Filed under: Real — liyiwei @ 10:46 am
Tags: ,

I have seen people cutting corners and playing little tricks for the sake of advancing their careers, but none of them, even without getting caught, have become very successful.
Maybe they shift their energy away from what they should really focus on, or they are not very confident about their character, ability, or effort.
And once they start on the wrong path, they tend to get caught up in a downward spiral without being able to get back on the right track.

At the end of the day, how we do things matters more than what we have done, and I would prefer achieving a little less than doing something that I know is not right.

November 11, 2021

Award nomination

Filed under: Real — liyiwei @ 5:13 pm
Tags: , ,

A few years back, someone asked me to nominate him/her for the SIGGRAPH significant new researcher award. At that time I found the conduct questionable, so I consulted with my PhD adviser, who told me that I should not incur any potential benefits or conflict-of-interests from the nomination. For example, an advisee receiving an award could potentially enhance the reputation of the adviser. A corollary is that the nomination should be anonymous, for which the nominee shouldn’t even be aware of being nominated (not to mention soliciting) as otherwise it is a form of doing favor.
In the end, I still did the nomination due to institutional pressure, but in retrospect I found the entire experience lame, and that person did not win the award anyway.

Today another individual asked me to nominate him/her for a research award, with whom I shared the above story.
I believe someone who deserves an award would not care about it.
I am not following baseball, but the most memorable event in MLB is when Ichiro Suzuki turned down a prestigious award, multiple times.

October 31, 2021

Qi and Ding interview

Filed under: Real — liyiwei @ 8:56 am
Tags:

Highly recommend. I particularly like the part about advices won’t prevent us from making mistakes but help us debug faster.

October 4, 2021

Don’t practice until you get it right. Practice until you can’t get it wrong.

Filed under: Real — liyiwei @ 9:12 am
Tags: ,

I would do this if I have an infinite amount of time. But my life is finite, so I have to weigh the opportunity costs.

September 25, 2021

Job title

Filed under: Real — liyiwei @ 10:22 am
Tags: ,

Among all the aspects of a job, title has probably the largest ratio of what people care about psychologically over the practical cost/value/importance.
It cost an employer little-to-nothing to dish out prestigious-sounding job titles.

August 18, 2021

How to schedule meetings

Filed under: Real — liyiwei @ 2:36 pm
Tags:

First, ask whether a meeting is really necessary. More often than not, the discussion can be better conducted asynchronously via other means.

Then, schedule the meeting to be as short as possible. Some people have the tendency (or the desire) to talk as mush as possible to fill all the allocated time. I schedule most, if not all, my meetings to be no more than 30 minutes, and found that works well so far.

July 15, 2021

Fill the board with calculus

Filed under: Real — liyiwei @ 9:46 am
Tags: ,

I heard from this podcast about how Dr. Cecilia Conrad was advised to, instead of making her lectures too clear, “fill the board with calculus” to establish her credential for students who thought she was an “affirmative action hire”.
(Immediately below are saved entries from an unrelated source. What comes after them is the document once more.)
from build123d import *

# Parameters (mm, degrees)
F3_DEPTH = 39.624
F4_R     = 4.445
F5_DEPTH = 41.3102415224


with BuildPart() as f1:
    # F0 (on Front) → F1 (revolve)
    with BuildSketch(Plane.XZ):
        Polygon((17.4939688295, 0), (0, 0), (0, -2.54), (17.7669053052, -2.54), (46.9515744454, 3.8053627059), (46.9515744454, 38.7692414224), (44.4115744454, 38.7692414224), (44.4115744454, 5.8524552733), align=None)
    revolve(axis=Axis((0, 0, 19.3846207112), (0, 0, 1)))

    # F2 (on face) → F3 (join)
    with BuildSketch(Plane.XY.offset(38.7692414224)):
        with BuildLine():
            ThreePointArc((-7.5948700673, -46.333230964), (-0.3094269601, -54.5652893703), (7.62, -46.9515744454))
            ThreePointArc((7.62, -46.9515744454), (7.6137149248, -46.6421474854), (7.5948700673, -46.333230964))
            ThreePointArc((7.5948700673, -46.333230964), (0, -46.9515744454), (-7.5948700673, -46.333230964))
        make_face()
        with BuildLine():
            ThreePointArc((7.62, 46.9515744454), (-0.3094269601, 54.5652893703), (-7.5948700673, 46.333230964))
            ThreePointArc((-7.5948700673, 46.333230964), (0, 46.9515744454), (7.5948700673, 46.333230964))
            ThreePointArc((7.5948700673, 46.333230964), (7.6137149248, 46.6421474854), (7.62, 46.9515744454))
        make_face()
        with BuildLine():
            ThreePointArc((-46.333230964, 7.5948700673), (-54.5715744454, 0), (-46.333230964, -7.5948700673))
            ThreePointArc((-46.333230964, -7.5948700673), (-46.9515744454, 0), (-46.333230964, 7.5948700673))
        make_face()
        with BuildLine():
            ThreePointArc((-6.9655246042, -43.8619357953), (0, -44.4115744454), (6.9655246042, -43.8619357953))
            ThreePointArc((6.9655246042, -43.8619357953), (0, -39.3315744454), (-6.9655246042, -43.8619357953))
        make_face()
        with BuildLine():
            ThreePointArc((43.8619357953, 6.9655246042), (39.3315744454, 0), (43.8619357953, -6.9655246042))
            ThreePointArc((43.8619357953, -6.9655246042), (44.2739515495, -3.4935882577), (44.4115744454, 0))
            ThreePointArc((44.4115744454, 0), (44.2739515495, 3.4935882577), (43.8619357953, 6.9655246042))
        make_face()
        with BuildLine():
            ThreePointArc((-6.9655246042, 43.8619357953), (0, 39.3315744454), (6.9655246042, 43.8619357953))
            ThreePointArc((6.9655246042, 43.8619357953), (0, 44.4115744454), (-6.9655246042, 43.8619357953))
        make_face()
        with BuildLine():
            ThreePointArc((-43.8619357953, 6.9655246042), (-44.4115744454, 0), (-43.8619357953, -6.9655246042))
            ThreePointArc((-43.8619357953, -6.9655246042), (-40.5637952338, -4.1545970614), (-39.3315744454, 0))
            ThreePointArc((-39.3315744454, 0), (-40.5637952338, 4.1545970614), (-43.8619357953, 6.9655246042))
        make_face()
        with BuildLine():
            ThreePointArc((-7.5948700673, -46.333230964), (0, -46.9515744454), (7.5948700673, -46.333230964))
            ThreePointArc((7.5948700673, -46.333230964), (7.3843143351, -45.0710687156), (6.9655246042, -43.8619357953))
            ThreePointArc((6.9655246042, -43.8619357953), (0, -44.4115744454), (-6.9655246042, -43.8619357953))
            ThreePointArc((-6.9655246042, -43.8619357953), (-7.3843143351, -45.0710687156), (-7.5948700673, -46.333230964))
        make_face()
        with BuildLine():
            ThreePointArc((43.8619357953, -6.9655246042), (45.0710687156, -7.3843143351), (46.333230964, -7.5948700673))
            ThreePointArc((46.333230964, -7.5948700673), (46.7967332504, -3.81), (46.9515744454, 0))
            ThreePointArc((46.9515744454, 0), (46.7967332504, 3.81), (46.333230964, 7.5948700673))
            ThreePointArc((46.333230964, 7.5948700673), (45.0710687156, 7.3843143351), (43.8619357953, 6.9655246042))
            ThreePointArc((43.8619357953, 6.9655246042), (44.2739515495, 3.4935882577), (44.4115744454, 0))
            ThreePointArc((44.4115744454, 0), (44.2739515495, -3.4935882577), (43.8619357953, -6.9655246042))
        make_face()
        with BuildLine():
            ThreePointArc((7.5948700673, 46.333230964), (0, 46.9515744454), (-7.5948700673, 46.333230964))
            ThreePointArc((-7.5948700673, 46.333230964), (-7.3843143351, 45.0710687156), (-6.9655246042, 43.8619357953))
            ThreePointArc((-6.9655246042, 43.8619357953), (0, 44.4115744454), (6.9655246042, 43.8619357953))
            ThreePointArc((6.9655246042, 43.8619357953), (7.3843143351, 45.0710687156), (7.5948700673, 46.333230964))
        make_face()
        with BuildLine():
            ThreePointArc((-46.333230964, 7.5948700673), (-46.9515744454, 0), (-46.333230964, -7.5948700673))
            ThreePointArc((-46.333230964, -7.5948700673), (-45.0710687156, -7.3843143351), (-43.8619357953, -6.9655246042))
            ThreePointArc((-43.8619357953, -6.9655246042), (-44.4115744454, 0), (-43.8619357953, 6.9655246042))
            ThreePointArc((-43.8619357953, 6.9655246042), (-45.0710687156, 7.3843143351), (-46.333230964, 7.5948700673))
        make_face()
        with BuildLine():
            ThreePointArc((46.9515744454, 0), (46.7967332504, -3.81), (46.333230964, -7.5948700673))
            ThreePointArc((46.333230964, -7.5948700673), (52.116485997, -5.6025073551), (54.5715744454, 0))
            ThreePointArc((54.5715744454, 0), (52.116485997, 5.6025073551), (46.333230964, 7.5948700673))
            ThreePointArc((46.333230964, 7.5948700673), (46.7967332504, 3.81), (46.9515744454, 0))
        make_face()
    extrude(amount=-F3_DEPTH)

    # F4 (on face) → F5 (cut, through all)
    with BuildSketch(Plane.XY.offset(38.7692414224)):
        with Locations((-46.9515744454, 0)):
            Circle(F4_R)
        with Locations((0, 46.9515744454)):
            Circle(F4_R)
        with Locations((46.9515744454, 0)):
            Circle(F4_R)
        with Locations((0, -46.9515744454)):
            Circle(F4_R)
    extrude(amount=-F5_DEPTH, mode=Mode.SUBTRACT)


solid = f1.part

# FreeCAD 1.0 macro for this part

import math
import FreeCAD as App
import Part
import Sketcher

V = App.Vector
Q = App.Units.Quantity


def add_polygon(sketch, points):
    """Adds a closed chain of lines whose ends are joined by coincident constraints."""
    first, n = sketch.GeometryCount, len(points)
    for a, b in zip(points, points[1:] + points[:1]):
        sketch.addGeometry(Part.LineSegment(App.Vector(*a, 0), App.Vector(*b, 0)), False)
    for i in range(n):
        sketch.addConstraint(Sketcher.Constraint("Coincident", first + i, 2, first + (i + 1) % n, 1))

doc = App.newDocument("Part")
body = doc.addObject("PartDesign::Body", "Body")

sketch1 = body.newObject("Sketcher::SketchObject", "Sketch")
sketch1.AttachmentSupport = (doc.getObject("XZ_Plane"), [""])
sketch1.MapMode = "FlatFace"
add_polygon(sketch1, [(17.493969, 0), (0, 0), (0, -2.54), (17.766905, -2.54), (46.951574, 3.805363), (46.951574, 38.769241), (44.411574, 38.769241), (44.411574, 5.852455)])
sketch1.addConstraint(Sketcher.Constraint("Horizontal", 0))
sketch1.addConstraint(Sketcher.Constraint("Vertical", 1))
sketch1.addConstraint(Sketcher.Constraint("Horizontal", 2))
sketch1.addConstraint(Sketcher.Constraint("Vertical", 4))
sketch1.addConstraint(Sketcher.Constraint("Horizontal", 5))
sketch1.addConstraint(Sketcher.Constraint("Vertical", 6))
sketch1.addConstraint(Sketcher.Constraint("Coincident", 0, 2, -1, 1))
sketch1.addConstraint(Sketcher.Constraint("Parallel", 3, 7))
sketch1.addConstraint(Sketcher.Constraint("Equal", 5, 1))
sketch1.addConstraint(Sketcher.Constraint("DistanceX", 5, 2, 5, 1, Q("0.1 in")))
sketch1.addConstraint(Sketcher.Constraint("DistanceX", 0, 2, 0, 1, Q("17.493969 mm")))
sketch1.addConstraint(Sketcher.Constraint("DistanceY", 4, 1, 4, 2, Q("34.963879 mm")))
sketch1.addConstraint(Sketcher.Constraint("DistanceX", 2, 1, 2, 2, Q("17.766905 mm")))
sketch1.addConstraint(Sketcher.Constraint("DistanceY", 6, 2, 6, 1, Q("32.916786 mm")))
sketch1.addConstraint(Sketcher.Constraint("DistanceY", -1, 1, 4, 2, Q("38.769241 mm")))
revolution = body.newObject("PartDesign::Revolution", "Revolution")
revolution.Profile = sketch1
revolution.ReferenceAxis = (sketch1, ["V_Axis"])
revolution.Angle = 360

sketch2 = body.newObject("Sketcher::SketchObject", "Sketch001")
sketch2.AttachmentSupport = (doc.getObject("XY_Plane"), [""])
sketch2.MapMode = "FlatFace"
sketch2.AttachmentOffset = App.Placement(V(0, 0, 38.769241), App.Rotation())
sketch2.addGeometry(Part.ArcOfCircle(Part.Circle(V(0, -46.951574, 0), V(0, 0, 1), 7.62), math.radians(175.345476), math.radians(360)), False)
sketch2.addGeometry(Part.ArcOfCircle(Part.Circle(V(0, -46.951574, 0), V(0, 0, 1), 7.62), math.radians(0), math.radians(4.654524)), False)
sketch2.addGeometry(Part.ArcOfCircle(Part.Circle(V(0, -46.951574, 0), V(0, 0, 1), 7.62), math.radians(4.654524), math.radians(23.920231)), False)
sketch2.addGeometry(Part.ArcOfCircle(Part.Circle(V(0, -46.951574, 0), V(0, 0, 1), 7.62), math.radians(23.920231), math.radians(156.079769)), False)
sketch2.addGeometry(Part.ArcOfCircle(Part.Circle(V(0, -46.951574, 0), V(0, 0, 1), 7.62), math.radians(156.079769), math.radians(175.345476)), False)
sketch2.addGeometry(Part.ArcOfCircle(Part.Circle(V(0, 46.951574, 0), V(0, 0, 1), 7.62), math.radians(0), math.radians(184.654524)), False)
I know plenty people, my past self included, who are natural board-calculus fillers by overwhelming technical communications such as research papers and presentations with math/algorithm details, and need to reverse what Dr. Cecilia Conrad did.

March 9, 2021

Constructive versus positive feedback

Filed under: Real — liyiwei @ 10:28 am
Tags: ,

Positive opinions are emotionally pleasant.
Constructive opinions may not feel positive, but can propel future improvement.

Which you prefer?

February 28, 2021

Straight strokes

Filed under: Real — liyiwei @ 3:55 pm
Tags: , ,

For some mental or physical reasons, I lack control for hand strokes.
As a little kid, I was told by the school teachers that my handwriting was so bad that it will dim my future.
But that shortly became a moot point right before I started programming on computers.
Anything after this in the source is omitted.